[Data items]
↓↓↓

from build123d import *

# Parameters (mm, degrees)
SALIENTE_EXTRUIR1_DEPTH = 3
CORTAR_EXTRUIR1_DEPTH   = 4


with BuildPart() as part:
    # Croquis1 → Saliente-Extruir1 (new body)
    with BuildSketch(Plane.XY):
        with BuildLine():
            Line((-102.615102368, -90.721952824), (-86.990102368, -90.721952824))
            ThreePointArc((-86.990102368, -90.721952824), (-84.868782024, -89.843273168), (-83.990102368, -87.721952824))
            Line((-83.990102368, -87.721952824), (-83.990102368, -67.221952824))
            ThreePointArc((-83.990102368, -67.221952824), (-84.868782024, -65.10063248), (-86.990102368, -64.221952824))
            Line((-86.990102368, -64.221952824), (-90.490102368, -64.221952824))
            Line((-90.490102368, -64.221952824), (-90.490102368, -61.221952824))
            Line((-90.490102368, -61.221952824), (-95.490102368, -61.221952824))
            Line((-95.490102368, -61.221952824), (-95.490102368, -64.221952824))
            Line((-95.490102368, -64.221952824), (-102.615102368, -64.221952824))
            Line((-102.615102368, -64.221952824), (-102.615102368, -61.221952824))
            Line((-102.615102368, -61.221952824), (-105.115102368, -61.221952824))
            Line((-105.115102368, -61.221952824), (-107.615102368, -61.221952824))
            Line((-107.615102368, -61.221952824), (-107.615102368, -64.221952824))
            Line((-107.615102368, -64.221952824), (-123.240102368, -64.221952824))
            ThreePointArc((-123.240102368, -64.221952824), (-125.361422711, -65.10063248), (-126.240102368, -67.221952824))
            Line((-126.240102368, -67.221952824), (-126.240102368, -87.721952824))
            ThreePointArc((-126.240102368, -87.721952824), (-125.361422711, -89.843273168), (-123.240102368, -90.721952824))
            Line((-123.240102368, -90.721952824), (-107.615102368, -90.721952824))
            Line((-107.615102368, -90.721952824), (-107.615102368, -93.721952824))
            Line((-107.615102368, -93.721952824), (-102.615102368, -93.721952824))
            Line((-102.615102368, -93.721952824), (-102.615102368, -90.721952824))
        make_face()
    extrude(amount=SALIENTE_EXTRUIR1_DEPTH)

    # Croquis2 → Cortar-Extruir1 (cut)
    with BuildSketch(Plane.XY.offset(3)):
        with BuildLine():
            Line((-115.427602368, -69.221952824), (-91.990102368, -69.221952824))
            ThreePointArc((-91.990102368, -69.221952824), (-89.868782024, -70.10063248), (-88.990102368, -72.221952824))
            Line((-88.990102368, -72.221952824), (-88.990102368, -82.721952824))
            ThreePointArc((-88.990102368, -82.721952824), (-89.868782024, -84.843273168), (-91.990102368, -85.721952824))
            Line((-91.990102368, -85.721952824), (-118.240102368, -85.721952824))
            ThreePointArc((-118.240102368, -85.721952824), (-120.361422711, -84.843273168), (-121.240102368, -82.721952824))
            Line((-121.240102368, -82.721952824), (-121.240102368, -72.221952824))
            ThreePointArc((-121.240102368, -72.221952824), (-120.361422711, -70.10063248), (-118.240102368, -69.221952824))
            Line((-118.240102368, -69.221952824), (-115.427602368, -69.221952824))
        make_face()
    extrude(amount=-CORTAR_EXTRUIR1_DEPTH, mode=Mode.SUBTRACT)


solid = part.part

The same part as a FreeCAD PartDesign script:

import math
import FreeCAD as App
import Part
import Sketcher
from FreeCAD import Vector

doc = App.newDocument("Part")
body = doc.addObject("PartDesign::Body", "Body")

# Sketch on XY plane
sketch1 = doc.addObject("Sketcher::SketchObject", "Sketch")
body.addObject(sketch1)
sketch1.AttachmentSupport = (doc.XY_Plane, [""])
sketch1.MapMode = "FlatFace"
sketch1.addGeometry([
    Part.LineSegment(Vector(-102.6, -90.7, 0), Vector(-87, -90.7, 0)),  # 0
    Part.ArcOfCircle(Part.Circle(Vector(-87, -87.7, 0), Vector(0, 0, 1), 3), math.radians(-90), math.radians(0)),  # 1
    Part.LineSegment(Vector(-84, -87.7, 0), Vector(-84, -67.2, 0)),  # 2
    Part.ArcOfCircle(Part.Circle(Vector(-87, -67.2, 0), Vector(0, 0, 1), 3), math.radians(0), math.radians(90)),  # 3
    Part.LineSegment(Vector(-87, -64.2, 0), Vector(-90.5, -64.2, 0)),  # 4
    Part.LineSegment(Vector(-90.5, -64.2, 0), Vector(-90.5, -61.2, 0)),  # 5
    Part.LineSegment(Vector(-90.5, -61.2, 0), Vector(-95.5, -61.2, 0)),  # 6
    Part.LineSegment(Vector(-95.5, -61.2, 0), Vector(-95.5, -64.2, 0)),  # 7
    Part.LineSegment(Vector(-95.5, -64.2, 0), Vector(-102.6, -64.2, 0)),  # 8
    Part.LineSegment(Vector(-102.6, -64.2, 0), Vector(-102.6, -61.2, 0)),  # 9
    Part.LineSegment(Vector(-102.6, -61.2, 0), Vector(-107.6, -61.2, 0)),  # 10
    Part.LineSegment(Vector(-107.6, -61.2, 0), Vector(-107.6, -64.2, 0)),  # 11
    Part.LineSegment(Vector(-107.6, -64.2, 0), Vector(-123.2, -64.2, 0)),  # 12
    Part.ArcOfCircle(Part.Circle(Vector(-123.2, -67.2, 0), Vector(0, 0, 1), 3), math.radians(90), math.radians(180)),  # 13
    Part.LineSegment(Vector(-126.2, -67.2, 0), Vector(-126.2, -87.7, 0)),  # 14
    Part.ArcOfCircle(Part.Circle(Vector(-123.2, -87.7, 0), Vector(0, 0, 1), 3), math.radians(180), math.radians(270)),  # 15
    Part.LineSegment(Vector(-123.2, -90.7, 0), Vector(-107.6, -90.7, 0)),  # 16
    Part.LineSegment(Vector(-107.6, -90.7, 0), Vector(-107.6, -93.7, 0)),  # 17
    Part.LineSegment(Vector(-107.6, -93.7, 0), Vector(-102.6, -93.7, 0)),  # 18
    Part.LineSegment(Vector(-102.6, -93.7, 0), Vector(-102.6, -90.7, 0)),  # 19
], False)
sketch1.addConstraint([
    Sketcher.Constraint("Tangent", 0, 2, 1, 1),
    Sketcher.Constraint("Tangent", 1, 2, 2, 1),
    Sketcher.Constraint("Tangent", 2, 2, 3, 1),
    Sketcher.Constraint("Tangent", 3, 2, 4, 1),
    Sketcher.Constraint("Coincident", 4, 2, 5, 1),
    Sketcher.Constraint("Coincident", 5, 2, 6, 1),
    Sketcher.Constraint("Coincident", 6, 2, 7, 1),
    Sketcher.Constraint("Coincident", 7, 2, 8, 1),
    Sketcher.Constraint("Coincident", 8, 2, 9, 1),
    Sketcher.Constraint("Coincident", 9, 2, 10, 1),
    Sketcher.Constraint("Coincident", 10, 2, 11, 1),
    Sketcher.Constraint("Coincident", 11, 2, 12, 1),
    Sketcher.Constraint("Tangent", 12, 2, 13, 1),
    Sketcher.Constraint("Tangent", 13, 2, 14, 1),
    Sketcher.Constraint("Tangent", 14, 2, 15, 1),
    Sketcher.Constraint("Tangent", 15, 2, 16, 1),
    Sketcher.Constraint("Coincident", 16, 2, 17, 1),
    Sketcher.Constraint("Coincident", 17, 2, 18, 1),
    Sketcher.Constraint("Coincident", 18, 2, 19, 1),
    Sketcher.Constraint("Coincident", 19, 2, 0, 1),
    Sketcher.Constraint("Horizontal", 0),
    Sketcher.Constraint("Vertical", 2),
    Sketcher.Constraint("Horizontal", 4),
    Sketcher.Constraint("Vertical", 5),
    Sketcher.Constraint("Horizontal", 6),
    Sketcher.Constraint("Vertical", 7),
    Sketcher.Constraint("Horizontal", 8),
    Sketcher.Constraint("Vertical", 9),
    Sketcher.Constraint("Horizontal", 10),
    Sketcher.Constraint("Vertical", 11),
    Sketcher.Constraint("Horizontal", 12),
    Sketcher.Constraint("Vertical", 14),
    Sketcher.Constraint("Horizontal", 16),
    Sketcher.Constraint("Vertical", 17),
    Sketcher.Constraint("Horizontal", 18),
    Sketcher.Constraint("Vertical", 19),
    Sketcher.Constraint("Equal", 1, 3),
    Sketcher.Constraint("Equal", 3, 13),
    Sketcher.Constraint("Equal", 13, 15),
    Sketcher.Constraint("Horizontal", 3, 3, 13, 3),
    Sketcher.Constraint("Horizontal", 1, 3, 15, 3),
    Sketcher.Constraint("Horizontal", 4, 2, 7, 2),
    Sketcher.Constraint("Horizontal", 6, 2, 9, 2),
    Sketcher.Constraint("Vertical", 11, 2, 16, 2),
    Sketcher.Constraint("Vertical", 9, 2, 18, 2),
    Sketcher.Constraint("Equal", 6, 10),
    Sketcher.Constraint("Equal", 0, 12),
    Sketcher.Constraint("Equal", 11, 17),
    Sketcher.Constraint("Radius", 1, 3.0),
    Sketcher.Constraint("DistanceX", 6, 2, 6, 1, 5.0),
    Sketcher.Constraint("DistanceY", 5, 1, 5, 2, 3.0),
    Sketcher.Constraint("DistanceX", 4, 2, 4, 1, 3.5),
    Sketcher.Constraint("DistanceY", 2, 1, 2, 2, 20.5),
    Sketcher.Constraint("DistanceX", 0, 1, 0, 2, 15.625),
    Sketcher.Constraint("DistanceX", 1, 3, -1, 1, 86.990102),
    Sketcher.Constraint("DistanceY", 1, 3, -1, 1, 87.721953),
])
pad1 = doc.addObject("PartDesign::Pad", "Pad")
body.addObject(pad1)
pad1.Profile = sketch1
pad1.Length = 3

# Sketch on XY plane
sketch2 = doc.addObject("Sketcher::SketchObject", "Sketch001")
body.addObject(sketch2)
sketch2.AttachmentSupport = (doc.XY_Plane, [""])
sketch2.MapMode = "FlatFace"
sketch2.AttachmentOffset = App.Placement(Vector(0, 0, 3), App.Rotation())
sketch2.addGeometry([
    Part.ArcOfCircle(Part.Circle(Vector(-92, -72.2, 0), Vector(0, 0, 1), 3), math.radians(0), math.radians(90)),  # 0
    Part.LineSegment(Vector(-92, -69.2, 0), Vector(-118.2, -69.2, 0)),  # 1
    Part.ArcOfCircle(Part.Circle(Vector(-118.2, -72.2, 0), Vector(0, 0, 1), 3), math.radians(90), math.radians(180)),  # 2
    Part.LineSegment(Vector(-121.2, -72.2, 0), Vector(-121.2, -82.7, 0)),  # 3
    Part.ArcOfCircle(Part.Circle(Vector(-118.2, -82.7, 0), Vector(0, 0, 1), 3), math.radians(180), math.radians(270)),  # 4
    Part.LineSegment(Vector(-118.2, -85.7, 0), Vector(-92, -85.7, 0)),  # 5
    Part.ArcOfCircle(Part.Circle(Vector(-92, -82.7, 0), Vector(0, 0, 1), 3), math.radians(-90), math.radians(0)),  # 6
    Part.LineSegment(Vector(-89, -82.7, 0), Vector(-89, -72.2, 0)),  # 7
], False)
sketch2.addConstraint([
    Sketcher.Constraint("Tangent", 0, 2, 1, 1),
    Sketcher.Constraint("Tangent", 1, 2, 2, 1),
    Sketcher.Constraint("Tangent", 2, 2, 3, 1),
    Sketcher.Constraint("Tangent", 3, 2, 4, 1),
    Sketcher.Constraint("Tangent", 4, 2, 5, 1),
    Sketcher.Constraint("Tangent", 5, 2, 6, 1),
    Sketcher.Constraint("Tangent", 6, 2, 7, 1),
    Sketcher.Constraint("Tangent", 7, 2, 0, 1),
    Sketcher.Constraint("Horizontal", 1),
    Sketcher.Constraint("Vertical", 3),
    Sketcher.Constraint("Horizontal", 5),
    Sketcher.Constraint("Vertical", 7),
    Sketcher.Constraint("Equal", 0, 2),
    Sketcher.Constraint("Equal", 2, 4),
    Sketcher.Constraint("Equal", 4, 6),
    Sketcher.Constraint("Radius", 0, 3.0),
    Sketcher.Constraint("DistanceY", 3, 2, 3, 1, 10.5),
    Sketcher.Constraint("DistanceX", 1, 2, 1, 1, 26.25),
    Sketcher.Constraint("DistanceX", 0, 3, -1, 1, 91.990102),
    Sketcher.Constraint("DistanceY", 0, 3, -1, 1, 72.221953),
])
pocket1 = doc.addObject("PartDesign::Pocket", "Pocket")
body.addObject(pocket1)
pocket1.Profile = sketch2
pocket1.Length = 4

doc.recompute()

↑↑↑

Looking at the records above, return exactly the lines from the line with "-64.221952824), (-90.490102368, -64.221952824))" to the line with "-61.221952824), (-105.115102368, -61.221952824))", both ends included.

            Line((-86.990102368, -64.221952824), (-90.490102368, -64.221952824))
            Line((-90.490102368, -64.221952824), (-90.490102368, -61.221952824))
            Line((-90.490102368, -61.221952824), (-95.490102368, -61.221952824))
            Line((-95.490102368, -61.221952824), (-95.490102368, -64.221952824))
            Line((-95.490102368, -64.221952824), (-102.615102368, -64.221952824))
            Line((-102.615102368, -64.221952824), (-102.615102368, -61.221952824))
            Line((-102.615102368, -61.221952824), (-105.115102368, -61.221952824))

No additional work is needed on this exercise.